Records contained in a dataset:
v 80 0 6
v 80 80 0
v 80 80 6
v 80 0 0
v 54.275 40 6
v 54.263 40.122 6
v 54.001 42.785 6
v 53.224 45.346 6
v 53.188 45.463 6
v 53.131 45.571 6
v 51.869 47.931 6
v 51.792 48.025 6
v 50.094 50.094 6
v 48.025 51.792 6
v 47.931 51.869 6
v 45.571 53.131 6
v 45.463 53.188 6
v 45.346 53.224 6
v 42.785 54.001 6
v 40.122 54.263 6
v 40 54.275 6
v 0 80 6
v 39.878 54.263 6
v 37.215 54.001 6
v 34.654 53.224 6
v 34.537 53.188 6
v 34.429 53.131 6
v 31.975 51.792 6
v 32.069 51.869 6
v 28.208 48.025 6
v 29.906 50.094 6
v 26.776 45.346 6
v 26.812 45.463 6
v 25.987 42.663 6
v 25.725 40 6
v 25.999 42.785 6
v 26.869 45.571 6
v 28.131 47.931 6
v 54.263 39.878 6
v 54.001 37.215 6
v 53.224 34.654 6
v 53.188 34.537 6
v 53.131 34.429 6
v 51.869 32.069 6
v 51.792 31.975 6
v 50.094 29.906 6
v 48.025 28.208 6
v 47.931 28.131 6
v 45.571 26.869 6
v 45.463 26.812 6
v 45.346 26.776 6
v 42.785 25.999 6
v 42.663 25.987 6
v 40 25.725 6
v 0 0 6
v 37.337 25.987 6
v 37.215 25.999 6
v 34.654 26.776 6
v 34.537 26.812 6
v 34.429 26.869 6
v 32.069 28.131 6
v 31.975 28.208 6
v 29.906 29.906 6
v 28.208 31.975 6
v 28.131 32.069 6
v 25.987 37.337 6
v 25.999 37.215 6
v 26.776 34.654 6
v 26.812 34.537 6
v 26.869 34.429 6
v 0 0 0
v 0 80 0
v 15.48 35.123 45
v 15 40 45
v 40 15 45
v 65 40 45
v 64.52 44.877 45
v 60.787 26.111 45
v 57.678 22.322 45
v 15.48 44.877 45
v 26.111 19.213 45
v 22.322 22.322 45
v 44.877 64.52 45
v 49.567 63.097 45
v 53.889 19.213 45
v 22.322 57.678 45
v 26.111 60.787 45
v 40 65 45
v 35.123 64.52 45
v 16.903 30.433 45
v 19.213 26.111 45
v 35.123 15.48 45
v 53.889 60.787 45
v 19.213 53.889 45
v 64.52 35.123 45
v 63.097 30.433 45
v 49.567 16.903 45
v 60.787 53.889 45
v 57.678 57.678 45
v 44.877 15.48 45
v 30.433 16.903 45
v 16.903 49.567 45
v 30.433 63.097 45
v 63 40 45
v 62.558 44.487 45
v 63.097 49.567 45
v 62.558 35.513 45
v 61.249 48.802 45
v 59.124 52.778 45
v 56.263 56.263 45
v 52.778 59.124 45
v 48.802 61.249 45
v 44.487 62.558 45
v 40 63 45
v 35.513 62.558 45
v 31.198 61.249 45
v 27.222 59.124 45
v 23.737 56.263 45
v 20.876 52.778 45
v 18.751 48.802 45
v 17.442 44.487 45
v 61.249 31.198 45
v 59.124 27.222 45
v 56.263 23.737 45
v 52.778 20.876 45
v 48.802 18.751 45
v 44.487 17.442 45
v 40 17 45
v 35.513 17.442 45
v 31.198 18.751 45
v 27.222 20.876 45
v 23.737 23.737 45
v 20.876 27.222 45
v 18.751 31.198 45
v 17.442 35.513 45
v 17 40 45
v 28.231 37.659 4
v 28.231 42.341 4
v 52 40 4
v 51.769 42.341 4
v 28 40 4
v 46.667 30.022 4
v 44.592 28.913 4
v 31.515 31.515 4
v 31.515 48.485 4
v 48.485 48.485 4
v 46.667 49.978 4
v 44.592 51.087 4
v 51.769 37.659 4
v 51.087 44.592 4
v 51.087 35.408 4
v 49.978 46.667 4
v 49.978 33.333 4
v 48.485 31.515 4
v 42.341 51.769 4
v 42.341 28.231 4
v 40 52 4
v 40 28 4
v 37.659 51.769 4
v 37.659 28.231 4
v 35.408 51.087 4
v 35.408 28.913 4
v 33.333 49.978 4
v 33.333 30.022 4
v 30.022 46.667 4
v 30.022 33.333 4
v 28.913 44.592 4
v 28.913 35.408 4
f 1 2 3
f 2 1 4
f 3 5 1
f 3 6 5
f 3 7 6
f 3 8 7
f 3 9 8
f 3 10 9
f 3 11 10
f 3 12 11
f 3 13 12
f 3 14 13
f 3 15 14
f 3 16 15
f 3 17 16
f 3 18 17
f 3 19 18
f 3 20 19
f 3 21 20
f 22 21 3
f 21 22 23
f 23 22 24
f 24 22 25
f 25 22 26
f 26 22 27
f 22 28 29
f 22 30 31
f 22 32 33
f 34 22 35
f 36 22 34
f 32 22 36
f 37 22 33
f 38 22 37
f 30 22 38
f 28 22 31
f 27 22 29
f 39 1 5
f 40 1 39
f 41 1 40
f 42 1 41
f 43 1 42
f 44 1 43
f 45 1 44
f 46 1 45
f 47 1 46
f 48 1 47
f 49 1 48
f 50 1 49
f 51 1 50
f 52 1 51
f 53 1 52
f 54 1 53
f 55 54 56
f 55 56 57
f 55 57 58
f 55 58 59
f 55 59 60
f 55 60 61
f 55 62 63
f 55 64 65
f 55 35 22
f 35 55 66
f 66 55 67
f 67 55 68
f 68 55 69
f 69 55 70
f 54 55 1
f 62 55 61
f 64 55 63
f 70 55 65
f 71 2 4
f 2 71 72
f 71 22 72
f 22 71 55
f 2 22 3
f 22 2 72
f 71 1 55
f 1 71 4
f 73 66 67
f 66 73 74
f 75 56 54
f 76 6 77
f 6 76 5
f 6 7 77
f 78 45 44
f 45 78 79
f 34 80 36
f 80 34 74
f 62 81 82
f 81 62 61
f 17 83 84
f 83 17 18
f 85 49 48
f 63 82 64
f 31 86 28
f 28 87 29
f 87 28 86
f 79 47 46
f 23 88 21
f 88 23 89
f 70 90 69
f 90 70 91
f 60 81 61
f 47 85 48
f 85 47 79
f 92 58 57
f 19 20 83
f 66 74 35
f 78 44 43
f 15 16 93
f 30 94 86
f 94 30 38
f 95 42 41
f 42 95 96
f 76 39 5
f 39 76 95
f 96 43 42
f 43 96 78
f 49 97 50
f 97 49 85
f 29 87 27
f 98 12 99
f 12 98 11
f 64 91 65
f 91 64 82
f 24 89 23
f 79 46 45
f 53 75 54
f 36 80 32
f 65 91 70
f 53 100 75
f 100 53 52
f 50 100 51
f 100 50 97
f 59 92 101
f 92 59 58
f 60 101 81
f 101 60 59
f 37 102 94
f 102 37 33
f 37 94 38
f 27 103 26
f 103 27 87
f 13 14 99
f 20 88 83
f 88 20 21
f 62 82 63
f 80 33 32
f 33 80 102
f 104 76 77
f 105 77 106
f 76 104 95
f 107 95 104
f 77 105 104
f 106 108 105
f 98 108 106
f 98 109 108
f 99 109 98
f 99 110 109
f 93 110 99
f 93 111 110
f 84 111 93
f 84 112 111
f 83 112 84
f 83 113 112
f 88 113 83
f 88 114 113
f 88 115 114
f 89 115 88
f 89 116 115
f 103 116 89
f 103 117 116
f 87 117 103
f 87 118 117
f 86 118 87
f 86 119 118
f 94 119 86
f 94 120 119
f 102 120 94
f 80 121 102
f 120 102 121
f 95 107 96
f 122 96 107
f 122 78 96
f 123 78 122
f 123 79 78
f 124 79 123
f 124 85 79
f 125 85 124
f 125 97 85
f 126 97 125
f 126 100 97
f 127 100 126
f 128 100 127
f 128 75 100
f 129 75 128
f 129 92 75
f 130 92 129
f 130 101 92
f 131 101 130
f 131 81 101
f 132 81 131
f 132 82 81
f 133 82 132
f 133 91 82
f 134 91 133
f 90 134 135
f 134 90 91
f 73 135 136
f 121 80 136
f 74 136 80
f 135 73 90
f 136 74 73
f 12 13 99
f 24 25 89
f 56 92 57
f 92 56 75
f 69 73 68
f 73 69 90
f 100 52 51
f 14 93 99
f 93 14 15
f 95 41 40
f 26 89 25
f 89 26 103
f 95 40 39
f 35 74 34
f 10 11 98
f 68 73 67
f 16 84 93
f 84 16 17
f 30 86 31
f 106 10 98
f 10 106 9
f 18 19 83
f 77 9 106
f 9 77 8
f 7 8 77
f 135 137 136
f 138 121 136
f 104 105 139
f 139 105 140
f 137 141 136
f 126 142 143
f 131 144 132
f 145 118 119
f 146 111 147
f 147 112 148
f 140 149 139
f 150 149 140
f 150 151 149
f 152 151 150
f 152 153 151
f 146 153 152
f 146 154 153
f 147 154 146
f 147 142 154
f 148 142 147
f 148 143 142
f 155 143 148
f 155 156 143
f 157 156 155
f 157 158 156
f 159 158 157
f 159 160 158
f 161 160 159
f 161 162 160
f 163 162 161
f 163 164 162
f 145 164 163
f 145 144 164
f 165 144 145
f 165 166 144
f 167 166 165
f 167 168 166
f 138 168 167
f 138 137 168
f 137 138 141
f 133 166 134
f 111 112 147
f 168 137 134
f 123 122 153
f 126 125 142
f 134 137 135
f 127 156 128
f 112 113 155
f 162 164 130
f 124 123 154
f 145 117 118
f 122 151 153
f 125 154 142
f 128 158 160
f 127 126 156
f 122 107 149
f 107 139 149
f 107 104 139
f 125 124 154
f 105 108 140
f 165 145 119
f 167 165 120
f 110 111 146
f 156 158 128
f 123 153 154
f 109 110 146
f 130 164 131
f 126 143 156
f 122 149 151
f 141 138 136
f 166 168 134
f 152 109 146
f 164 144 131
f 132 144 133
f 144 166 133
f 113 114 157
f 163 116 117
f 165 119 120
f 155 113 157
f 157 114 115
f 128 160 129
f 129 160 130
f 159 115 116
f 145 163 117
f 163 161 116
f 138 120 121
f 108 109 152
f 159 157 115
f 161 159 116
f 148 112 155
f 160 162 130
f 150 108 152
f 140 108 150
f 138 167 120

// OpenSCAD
$fn = 32;

// ----------------------------------------------------------------------
// Hopper: funnel with square flange
// ----------------------------------------------------------------------

// --- parameters (mm) ---
fl = 80;                  // flange side, X and Y
fl_t = 6;                 // flange thickness
cone_h = 40;              // cone height above the flange
top_d = 50;               // cone mouth diameter
bot_d = 28;               // cone spout diameter
wall = 2;                 // cone wall thickness

bore_d = bot_d - 2 * wall;  // spout bore diameter
total_h = fl_t + cone_h - 1;  // overall height

difference() {
  union() {
    cube([fl, fl, fl_t]);
    translate([fl / 2, fl / 2, fl_t - 1])
      cylinder(h = cone_h, d1 = bot_d, d2 = top_d);
  }
  translate([fl / 2, fl / 2, fl_t - 2])
    cylinder(h = cone_h + 1, d1 = bore_d, d2 = top_d - 2 * wall);
}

Required action — Starting with the first line of the entries and ending with the line that has "v 61.249 31.198 45", copy each line exactly and add nothing.

Written reply —
v 80 0 6
v 80 80 0
v 80 80 6
v 80 0 0
v 54.275 40 6
v 54.263 40.122 6
v 54.001 42.785 6
v 53.224 45.346 6
v 53.188 45.463 6
v 53.131 45.571 6
v 51.869 47.931 6
v 51.792 48.025 6
v 50.094 50.094 6
v 48.025 51.792 6
v 47.931 51.869 6
v 45.571 53.131 6
v 45.463 53.188 6
v 45.346 53.224 6
v 42.785 54.001 6
v 40.122 54.263 6
v 40 54.275 6
v 0 80 6
v 39.878 54.263 6
v 37.215 54.001 6
v 34.654 53.224 6
v 34.537 53.188 6
v 34.429 53.131 6
v 31.975 51.792 6
v 32.069 51.869 6
v 28.208 48.025 6
v 29.906 50.094 6
v 26.776 45.346 6
v 26.812 45.463 6
v 25.987 42.663 6
v 25.725 40 6
v 25.999 42.785 6
v 26.869 45.571 6
v 28.131 47.931 6
v 54.263 39.878 6
v 54.001 37.215 6
v 53.224 34.654 6
v 53.188 34.537 6
v 53.131 34.429 6
v 51.869 32.069 6
v 51.792 31.975 6
v 50.094 29.906 6
v 48.025 28.208 6
v 47.931 28.131 6
v 45.571 26.869 6
v 45.463 26.812 6
v 45.346 26.776 6
v 42.785 25.999 6
v 42.663 25.987 6
v 40 25.725 6
v 0 0 6
v 37.337 25.987 6
v 37.215 25.999 6
v 34.654 26.776 6
v 34.537 26.812 6
v 34.429 26.869 6
v 32.069 28.131 6
v 31.975 28.208 6
v 29.906 29.906 6
v 28.208 31.975 6
v 28.131 32.069 6
v 25.987 37.337 6
v 25.999 37.215 6
v 26.776 34.654 6
v 26.812 34.537 6
v 26.869 34.429 6
v 0 0 0
v 0 80 0
v 15.48 35.123 45
v 15 40 45
v 40 15 45
v 65 40 45
v 64.52 44.877 45
v 60.787 26.111 45
v 57.678 22.322 45
v 15.48 44.877 45
v 26.111 19.213 45
v 22.322 22.322 45
v 44.877 64.52 45
v 49.567 63.097 45
v 53.889 19.213 45
v 22.322 57.678 45
v 26.111 60.787 45
v 40 65 45
v 35.123 64.52 45
v 16.903 30.433 45
v 19.213 26.111 45
v 35.123 15.48 45
v 53.889 60.787 45
v 19.213 53.889 45
v 64.52 35.123 45
v 63.097 30.433 45
v 49.567 16.903 45
v 60.787 53.889 45
v 57.678 57.678 45
v 44.877 15.48 45
v 30.433 16.903 45
v 16.903 49.567 45
v 30.433 63.097 45
v 63 40 45
v 62.558 44.487 45
v 63.097 49.567 45
v 62.558 35.513 45
v 61.249 48.802 45
v 59.124 52.778 45
v 56.263 56.263 45
v 52.778 59.124 45
v 48.802 61.249 45
v 44.487 62.558 45
v 40 63 45
v 35.513 62.558 45
v 31.198 61.249 45
v 27.222 59.124 45
v 23.737 56.263 45
v 20.876 52.778 45
v 18.751 48.802 45
v 17.442 44.487 45
v 61.249 31.198 45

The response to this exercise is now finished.